#### THE DATA ####

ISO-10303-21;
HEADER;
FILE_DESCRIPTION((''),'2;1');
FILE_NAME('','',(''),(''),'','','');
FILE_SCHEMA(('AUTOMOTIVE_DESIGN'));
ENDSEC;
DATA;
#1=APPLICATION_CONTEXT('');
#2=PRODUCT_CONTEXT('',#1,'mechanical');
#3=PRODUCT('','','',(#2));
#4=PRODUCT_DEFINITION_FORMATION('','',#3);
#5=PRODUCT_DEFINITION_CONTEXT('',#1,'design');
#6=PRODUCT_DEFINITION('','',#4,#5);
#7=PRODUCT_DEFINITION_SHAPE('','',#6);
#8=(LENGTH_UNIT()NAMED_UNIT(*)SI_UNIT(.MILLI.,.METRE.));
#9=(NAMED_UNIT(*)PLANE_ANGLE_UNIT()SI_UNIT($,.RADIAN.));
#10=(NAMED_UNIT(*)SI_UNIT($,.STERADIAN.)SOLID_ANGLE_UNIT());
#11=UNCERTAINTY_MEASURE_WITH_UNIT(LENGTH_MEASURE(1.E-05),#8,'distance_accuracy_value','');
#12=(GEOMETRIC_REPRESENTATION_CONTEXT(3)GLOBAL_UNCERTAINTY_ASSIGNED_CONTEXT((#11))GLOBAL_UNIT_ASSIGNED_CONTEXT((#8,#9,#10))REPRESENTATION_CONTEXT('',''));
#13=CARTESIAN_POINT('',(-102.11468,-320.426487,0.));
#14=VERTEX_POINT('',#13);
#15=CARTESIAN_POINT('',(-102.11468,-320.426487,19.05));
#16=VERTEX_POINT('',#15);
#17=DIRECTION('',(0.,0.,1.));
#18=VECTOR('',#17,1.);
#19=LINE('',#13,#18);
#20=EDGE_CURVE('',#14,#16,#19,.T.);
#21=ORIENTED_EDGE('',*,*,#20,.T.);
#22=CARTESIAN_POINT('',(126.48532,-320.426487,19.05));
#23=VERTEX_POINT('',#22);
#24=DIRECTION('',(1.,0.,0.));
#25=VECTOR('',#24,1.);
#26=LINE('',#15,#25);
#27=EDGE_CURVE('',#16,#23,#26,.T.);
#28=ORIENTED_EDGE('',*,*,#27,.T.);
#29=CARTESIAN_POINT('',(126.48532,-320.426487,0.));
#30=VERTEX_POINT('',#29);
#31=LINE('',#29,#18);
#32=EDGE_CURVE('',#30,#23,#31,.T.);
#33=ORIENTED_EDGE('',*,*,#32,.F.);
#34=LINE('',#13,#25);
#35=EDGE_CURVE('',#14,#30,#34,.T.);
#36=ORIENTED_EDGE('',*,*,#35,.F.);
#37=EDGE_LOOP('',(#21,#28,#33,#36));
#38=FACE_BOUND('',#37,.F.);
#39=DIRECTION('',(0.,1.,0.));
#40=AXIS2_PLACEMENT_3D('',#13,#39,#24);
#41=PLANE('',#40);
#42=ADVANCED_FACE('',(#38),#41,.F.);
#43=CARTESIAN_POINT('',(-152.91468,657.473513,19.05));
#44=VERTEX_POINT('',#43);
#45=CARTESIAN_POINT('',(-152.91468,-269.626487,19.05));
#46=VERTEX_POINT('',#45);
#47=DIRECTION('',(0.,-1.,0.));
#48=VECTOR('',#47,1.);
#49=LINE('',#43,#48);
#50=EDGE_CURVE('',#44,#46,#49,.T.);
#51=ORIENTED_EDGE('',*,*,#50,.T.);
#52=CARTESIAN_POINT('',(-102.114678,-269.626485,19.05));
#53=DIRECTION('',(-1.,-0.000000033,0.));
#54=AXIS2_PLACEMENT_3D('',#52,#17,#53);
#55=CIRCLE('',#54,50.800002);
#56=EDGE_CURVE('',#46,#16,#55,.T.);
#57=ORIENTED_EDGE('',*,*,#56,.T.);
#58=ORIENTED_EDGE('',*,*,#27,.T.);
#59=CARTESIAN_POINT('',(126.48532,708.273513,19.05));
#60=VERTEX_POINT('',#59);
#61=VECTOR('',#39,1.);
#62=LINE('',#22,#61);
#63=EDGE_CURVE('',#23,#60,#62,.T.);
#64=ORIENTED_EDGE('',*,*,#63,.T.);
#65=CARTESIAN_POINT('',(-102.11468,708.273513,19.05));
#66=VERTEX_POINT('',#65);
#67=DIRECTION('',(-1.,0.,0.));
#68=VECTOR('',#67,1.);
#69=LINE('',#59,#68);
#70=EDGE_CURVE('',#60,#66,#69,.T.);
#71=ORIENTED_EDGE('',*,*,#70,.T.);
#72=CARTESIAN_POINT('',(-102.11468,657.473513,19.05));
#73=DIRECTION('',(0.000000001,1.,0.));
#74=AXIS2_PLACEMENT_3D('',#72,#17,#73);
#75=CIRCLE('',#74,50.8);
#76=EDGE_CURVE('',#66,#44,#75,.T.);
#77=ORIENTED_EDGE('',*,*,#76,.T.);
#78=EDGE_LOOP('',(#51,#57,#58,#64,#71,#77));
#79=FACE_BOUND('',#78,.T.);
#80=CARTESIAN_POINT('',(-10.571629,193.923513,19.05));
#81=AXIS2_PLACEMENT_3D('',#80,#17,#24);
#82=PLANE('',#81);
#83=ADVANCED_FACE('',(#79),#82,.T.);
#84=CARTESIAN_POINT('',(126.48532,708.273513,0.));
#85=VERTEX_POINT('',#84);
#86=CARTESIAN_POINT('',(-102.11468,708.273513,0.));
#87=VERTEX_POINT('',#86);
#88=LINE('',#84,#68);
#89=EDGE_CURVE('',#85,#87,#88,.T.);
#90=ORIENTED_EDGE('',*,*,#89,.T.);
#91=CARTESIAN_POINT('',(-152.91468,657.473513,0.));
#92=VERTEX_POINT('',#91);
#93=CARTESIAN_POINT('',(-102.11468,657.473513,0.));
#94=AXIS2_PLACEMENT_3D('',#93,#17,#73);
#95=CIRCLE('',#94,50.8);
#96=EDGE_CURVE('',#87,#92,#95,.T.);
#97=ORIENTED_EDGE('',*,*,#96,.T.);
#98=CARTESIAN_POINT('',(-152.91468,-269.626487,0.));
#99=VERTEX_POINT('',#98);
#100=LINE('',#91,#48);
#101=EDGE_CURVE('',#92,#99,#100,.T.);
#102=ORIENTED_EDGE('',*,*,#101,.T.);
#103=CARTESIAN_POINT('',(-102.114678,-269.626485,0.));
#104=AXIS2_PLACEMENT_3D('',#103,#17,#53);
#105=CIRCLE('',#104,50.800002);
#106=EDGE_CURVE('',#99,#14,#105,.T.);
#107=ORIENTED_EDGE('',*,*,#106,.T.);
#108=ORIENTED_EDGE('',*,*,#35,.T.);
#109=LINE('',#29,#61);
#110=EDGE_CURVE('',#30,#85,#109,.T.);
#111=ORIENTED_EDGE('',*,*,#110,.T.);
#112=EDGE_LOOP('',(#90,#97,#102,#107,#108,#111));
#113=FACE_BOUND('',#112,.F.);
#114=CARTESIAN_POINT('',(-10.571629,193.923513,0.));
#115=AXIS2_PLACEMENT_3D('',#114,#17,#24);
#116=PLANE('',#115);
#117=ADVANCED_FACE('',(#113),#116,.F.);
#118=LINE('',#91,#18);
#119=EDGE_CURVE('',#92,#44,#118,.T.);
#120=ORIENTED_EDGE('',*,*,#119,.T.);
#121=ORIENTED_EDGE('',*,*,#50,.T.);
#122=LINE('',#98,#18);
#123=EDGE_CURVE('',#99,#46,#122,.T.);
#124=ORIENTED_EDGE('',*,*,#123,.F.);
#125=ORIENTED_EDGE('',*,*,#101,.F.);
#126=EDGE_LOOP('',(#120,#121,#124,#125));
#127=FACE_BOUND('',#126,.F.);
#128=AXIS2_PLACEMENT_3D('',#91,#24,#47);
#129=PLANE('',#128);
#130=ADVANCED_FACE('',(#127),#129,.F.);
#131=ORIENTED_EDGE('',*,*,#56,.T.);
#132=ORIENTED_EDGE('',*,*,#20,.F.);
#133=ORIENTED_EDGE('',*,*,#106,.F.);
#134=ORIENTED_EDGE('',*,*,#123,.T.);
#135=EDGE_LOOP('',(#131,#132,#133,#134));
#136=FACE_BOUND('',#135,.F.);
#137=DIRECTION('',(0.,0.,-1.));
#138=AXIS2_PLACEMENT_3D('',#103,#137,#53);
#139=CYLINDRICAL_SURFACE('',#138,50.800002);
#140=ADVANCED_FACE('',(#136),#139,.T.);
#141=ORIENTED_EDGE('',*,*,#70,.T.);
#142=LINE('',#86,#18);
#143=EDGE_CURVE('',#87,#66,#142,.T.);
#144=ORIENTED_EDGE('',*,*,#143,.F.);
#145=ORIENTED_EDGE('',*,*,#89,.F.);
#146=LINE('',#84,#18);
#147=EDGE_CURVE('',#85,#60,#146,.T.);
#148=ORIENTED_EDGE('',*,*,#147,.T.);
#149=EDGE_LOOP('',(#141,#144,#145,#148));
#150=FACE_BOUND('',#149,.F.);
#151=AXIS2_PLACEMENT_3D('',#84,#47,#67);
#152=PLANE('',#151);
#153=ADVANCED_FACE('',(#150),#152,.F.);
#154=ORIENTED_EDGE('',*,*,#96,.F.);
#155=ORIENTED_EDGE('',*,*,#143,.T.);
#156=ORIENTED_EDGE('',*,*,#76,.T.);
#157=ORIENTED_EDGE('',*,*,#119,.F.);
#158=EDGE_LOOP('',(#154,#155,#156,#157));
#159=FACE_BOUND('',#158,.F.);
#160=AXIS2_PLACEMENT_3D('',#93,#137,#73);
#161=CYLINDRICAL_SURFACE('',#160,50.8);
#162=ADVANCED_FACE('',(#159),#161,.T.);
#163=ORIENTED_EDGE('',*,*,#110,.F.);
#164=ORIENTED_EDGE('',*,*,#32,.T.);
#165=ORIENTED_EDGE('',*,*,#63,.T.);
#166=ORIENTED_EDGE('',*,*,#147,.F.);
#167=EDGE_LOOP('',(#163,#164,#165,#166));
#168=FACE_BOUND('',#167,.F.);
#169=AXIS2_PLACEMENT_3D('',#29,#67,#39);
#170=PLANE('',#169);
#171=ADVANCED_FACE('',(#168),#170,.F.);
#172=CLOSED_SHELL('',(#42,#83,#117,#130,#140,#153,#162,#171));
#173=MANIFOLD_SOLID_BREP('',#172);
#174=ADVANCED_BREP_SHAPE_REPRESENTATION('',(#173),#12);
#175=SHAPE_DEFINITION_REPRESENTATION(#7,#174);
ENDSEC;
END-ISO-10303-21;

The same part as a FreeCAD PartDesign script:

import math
import FreeCAD as App
import Part
import Sketcher
from FreeCAD import Vector
Q = App.Units.Quantity

doc = App.newDocument("Part")
body = doc.addObject("PartDesign::Body", "Body")

# Sketch on XY plane
sketch1 = body.newObject("Sketcher::SketchObject", "Sketch")
sketch1.AttachmentSupport = (doc.getObject("XY_Plane"), [""])
sketch1.MapMode = "FlatFace"
sketch1.addGeometry([
    Part.LineSegment(Vector(126.48532, 708.273513, 0), Vector(-102.11468, 708.273513, 0)),  # 0
    Part.ArcOfCircle(Part.Circle(Vector(-102.11468, 657.473513, 0), Vector(0, 0, 1), 50.8), math.radians(90), math.radians(180)),  # 1
    Part.LineSegment(Vector(-152.91468, 657.473513, 0), Vector(-152.91468, -269.626487, 0)),  # 2
    Part.ArcOfCircle(Part.Circle(Vector(-102.114678, -269.626485, 0), Vector(0, 0, 1), 50.800002), math.radians(-179.999998), math.radians(-90.000002)),  # 3
    Part.LineSegment(Vector(-102.11468, -320.426487, 0), Vector(126.48532, -320.426487, 0)),  # 4
    Part.LineSegment(Vector(126.48532, -320.426487, 0), Vector(126.48532, 708.273513, 0)),  # 5
], False)
sketch1.addConstraint([
    Sketcher.Constraint("Tangent", 0, 2, 1, 1),
    Sketcher.Constraint("Tangent", 1, 2, 2, 1),
    Sketcher.Constraint("Tangent", 2, 2, 3, 1),
    Sketcher.Constraint("Tangent", 3, 2, 4, 1),
    Sketcher.Constraint("Coincident", 4, 2, 5, 1),
    Sketcher.Constraint("Coincident", 5, 2, 0, 1),
    Sketcher.Constraint("Horizontal", 0),
    Sketcher.Constraint("Vertical", 2),
    Sketcher.Constraint("Horizontal", 4),
    Sketcher.Constraint("Vertical", 5),
    Sketcher.Constraint("Equal", 1, 3),
    Sketcher.Constraint("Radius", 1, Q("2 in")),
    Sketcher.Constraint("DistanceX", 0, 2, 0, 1, Q("9 in")),
    Sketcher.Constraint("DistanceY", 2, 2, 2, 1, Q("36.5 in")),
    Sketcher.Constraint("DistanceX", 1, 3, -1, 1, Q("102.11468 mm")),
    Sketcher.Constraint("DistanceY", -1, 1, 1, 3, Q("657.473513 mm")),
])
pad1 = body.newObject("PartDesign::Pad", "Pad")
pad1.Profile = sketch1
pad1.Length = Q("0.75 in")

doc.recompute()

####

WORK ORDER:
Set down, from the entries above, exactly the lines from the one with "#116=PLANE('',#115);" up to and including the one with "#131=ORIENTED_EDGE('',*,*,#56,.T.);", and no other lines.

PROBLEM SOLUTION:
#116=PLANE('',#115);
#117=ADVANCED_FACE('',(#113),#116,.F.);
#118=LINE('',#91,#18);
#119=EDGE_CURVE('',#92,#44,#118,.T.);
#120=ORIENTED_EDGE('',*,*,#119,.T.);
#121=ORIENTED_EDGE('',*,*,#50,.T.);
#122=LINE('',#98,#18);
#123=EDGE_CURVE('',#99,#46,#122,.T.);
#124=ORIENTED_EDGE('',*,*,#123,.F.);
#125=ORIENTED_EDGE('',*,*,#101,.F.);
#126=EDGE_LOOP('',(#120,#121,#124,#125));
#127=FACE_BOUND('',#126,.F.);
#128=AXIS2_PLACEMENT_3D('',#91,#24,#47);
#129=PLANE('',#128);
#130=ADVANCED_FACE('',(#127),#129,.F.);
#131=ORIENTED_EDGE('',*,*,#56,.T.);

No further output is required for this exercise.